Raccoons are nocturnal animals, which means they are most active in the nighttime hours. Their presence is often detected when their activities awaken people in the middle of the night. If, however, they go unnoticed for long periods of time, their destructive behaviour can do severe and costly damage to your home.

FACT:

According to statistics compiled and published by the city’s public health service approximately 63 bites from raccoons were reported in Hamilton in 2018.

FACT:

Their problem-solving skills combined with their dexterous paws make raccoons adept at opening jars and unscrewing lids. They can even figure out how to open doors! Their strength allows them to get into your home by ripping soffit, shingles and flashing.

FACT:

Raccoons prefer quiet locations for their dens.

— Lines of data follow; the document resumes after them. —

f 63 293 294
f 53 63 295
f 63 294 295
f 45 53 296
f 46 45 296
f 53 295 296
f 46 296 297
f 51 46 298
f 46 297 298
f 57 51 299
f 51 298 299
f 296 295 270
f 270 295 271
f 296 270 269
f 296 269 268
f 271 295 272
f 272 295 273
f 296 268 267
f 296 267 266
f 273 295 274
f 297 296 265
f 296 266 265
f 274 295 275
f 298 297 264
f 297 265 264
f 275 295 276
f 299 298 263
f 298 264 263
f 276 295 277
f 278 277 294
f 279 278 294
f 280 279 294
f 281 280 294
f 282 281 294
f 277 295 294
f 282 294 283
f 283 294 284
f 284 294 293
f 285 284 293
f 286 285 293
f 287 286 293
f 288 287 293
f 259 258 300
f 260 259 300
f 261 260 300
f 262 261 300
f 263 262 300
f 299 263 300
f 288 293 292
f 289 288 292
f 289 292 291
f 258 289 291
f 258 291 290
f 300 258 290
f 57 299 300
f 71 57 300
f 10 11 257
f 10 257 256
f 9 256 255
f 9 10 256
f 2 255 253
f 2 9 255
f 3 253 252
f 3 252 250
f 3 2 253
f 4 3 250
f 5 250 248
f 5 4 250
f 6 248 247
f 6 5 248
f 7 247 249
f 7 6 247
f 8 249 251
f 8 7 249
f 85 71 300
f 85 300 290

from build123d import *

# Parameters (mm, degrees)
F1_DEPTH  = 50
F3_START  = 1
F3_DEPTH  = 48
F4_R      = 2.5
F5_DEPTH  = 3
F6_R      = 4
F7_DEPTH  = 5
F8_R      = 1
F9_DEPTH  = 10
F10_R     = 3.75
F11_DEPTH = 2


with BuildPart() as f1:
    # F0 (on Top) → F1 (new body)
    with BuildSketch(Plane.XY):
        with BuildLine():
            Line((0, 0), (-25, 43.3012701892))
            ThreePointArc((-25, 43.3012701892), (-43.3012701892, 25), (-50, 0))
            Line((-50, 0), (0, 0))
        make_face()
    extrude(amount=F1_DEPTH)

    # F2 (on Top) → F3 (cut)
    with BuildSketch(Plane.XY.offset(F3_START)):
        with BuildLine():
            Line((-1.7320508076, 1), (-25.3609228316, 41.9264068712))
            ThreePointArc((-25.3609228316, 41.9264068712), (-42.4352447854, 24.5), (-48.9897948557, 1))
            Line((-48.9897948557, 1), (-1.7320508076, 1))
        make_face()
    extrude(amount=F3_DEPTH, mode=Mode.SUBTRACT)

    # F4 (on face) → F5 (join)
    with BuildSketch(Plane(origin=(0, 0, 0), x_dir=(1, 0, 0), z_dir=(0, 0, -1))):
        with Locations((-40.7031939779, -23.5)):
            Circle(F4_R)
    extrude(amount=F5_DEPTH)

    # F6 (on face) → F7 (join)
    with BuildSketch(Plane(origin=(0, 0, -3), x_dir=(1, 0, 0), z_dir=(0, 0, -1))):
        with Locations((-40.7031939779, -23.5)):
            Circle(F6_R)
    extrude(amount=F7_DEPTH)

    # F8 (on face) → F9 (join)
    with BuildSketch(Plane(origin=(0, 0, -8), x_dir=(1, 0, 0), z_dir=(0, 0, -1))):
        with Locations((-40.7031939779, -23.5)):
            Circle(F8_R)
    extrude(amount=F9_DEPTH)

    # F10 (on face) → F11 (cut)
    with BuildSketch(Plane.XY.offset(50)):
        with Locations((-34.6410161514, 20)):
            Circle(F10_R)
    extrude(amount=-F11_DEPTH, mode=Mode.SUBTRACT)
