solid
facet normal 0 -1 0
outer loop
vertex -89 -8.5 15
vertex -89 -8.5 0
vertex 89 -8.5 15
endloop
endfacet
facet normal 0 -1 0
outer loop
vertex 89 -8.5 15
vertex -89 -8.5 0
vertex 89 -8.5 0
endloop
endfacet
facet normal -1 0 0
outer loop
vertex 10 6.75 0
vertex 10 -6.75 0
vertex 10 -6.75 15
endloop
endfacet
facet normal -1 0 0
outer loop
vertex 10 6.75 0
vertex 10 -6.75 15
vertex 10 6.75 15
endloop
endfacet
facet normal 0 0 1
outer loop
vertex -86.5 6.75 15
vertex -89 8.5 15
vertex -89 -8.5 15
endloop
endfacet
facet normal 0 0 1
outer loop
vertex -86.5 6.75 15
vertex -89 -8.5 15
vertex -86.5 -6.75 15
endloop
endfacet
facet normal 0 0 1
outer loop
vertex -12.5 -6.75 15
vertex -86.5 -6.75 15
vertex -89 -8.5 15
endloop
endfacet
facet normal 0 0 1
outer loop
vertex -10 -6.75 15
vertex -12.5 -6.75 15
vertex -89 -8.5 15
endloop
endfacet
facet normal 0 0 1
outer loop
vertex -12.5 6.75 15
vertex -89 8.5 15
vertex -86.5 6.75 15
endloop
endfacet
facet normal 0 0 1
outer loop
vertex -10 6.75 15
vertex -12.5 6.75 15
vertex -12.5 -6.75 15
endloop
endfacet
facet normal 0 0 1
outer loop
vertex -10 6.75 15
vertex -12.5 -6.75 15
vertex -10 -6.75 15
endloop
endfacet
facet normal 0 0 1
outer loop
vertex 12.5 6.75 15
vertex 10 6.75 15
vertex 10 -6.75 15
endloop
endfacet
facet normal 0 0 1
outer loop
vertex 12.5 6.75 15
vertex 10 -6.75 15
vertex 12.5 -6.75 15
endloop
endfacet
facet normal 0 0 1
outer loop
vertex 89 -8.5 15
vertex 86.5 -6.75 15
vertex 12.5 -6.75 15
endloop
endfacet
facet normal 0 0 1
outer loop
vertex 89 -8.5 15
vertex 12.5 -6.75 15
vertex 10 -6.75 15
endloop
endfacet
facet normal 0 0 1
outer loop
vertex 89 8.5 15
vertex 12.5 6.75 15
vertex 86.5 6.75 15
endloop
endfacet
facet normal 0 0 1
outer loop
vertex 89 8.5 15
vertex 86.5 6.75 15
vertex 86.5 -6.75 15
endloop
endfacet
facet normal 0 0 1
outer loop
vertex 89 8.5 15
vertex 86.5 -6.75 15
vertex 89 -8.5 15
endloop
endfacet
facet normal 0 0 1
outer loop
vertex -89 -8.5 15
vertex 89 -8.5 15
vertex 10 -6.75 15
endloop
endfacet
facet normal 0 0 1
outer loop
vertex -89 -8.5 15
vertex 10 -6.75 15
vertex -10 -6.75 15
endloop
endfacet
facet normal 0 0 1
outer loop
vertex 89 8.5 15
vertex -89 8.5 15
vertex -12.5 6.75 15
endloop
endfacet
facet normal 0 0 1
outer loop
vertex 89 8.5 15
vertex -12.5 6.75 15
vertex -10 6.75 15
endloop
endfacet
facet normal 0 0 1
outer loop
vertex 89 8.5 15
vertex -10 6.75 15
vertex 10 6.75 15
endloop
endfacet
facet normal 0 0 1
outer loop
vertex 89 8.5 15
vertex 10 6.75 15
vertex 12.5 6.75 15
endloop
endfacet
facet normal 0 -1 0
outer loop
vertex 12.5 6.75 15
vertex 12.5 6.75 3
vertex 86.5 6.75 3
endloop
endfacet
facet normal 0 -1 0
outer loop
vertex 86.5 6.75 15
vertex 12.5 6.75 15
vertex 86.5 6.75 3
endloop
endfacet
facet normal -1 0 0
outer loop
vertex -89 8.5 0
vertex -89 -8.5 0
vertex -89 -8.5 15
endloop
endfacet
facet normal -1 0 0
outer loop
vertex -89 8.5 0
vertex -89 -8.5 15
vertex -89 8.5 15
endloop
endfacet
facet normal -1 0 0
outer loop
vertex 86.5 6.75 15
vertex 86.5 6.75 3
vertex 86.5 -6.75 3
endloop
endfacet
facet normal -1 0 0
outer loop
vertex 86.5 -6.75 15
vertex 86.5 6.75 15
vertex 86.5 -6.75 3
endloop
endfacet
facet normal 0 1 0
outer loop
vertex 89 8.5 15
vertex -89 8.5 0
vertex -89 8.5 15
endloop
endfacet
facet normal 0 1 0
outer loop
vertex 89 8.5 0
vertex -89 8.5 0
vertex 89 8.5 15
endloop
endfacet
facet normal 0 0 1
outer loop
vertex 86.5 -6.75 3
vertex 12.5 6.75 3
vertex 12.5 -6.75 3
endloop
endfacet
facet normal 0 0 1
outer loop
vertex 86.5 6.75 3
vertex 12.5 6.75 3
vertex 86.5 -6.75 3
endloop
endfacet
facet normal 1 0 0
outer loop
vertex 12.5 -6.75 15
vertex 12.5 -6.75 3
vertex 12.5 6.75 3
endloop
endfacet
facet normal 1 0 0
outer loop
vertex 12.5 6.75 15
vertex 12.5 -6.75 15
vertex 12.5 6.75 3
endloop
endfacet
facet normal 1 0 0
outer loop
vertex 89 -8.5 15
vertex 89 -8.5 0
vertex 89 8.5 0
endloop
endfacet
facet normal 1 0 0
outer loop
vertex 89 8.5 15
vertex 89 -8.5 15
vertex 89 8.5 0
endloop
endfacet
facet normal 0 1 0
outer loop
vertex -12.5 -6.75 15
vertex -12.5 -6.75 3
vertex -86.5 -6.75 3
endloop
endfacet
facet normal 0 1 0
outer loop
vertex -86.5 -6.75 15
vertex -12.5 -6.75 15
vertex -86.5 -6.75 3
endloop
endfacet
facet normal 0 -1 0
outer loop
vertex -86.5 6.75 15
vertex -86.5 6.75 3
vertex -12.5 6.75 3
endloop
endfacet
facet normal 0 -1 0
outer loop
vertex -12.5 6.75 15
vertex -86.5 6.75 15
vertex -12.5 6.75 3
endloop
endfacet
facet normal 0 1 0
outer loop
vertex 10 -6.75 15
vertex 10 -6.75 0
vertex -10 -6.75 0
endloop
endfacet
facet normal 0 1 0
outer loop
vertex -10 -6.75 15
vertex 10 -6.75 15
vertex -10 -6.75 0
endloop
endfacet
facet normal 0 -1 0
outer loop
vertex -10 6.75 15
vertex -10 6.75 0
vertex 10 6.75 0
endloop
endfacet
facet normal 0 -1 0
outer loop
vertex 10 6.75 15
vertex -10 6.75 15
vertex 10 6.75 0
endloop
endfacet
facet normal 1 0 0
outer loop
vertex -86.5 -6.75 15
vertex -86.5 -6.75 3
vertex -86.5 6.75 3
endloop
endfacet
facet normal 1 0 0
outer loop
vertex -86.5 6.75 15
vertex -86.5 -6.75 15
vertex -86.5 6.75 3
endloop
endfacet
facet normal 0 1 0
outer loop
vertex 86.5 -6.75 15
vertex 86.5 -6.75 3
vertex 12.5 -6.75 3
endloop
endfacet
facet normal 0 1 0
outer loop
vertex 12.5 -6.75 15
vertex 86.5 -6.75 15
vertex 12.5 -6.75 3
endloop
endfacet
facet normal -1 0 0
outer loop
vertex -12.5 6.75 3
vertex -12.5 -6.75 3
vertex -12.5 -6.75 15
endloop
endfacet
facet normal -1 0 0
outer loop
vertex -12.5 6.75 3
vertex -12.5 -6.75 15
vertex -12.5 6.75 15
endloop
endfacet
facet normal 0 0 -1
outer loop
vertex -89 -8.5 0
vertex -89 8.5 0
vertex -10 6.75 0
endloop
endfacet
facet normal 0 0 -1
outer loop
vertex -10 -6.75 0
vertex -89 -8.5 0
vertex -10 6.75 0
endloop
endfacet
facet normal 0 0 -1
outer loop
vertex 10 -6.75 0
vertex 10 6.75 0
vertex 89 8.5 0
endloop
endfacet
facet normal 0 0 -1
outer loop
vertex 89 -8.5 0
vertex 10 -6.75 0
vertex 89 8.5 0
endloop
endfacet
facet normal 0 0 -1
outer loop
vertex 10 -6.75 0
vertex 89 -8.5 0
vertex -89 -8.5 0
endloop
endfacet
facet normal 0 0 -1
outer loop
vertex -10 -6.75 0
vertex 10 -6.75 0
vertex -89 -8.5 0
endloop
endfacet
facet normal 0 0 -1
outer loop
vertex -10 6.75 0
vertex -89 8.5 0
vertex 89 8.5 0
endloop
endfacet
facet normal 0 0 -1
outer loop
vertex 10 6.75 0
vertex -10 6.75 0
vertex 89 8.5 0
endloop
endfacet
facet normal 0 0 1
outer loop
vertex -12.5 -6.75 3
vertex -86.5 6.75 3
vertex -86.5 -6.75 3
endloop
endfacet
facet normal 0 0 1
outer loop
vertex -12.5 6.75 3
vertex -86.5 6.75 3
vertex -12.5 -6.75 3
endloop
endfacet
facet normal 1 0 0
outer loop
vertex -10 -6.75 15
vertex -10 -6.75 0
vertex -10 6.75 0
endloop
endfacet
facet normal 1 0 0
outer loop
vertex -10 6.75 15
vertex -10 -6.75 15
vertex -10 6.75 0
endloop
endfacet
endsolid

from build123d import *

# Parameters (mm, degrees)
F0_W     = 178
F0_H     = 17
F0_W_2   = 2.5
F0_H_2   = 13.5
F1_DEPTH = 15
F0_W_3   = 74
F2_DEPTH = 3


with BuildPart() as f1:
    # F0 (on Top) → F1 (new body)
    with BuildSketch(Plane.XY):
        Rectangle(F0_W, F0_H)
        Polygon((-10, -6.75), (-12.5, -6.75), (-86.5, -6.75), (-86.5, 6.75), (-12.5, 6.75), (-10, 6.75), (10, 6.75), (12.5, 6.75), (86.5, 6.75), (86.5, -6.75), (12.5, -6.75), (10, -6.75), align=None, mode=Mode.SUBTRACT)
        with Locations((-11.25, 0)):
            Rectangle(F0_W_2, F0_H_2)
        with Locations((11.25, 0)):
            Rectangle(F0_W_2, F0_H_2)
    extrude(amount=F1_DEPTH)

    # F0 (on Top) → F2 (join)
    with BuildSketch(Plane.XY):
        with Locations((-49.5, 0)):
            Rectangle(F0_W_3, F0_H_2)
        with Locations((49.5, 0)):
            Rectangle(F0_W_3, F0_H_2)
    extrude(amount=F2_DEPTH)


solid = f1.part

When they move into an attic, they are often found in the areas above the bedrooms, which are generally the quietest rooms in a house during the day when raccoons sleep.

FACT:

Mothers are very dedicated to their young. If a mother gets separated from her litter, she will go to great lengths to get back to them. For this reason, Skedaddle Humane Wildlife Control ensures raccoon babies are safely removed and reunited with their mother as part of the removal process.

FACT:

Female raccoons give birth to between two and six babies once per year beginning in the early spring. Babies are not mobile or coming and going from the den site until 8 to 12 weeks after birth. It is not possible to trap or chase away immobile babies so they need to be located and removed by hand.

FACT:

Raccoon babies are capable of independence after approximately 10 months, though some may leave their mother’s care at eight months and others not until they reach a year old.

FACT:

An outbreak of raccoon rabies was discovered in Hamilton in 2015. Until then, Ontario had not had a confirmed case in nearly a decade. Since then, the province has since spent millions of dollars tracking the infection and using baits to vaccinate raccoon populations across southern Ontario.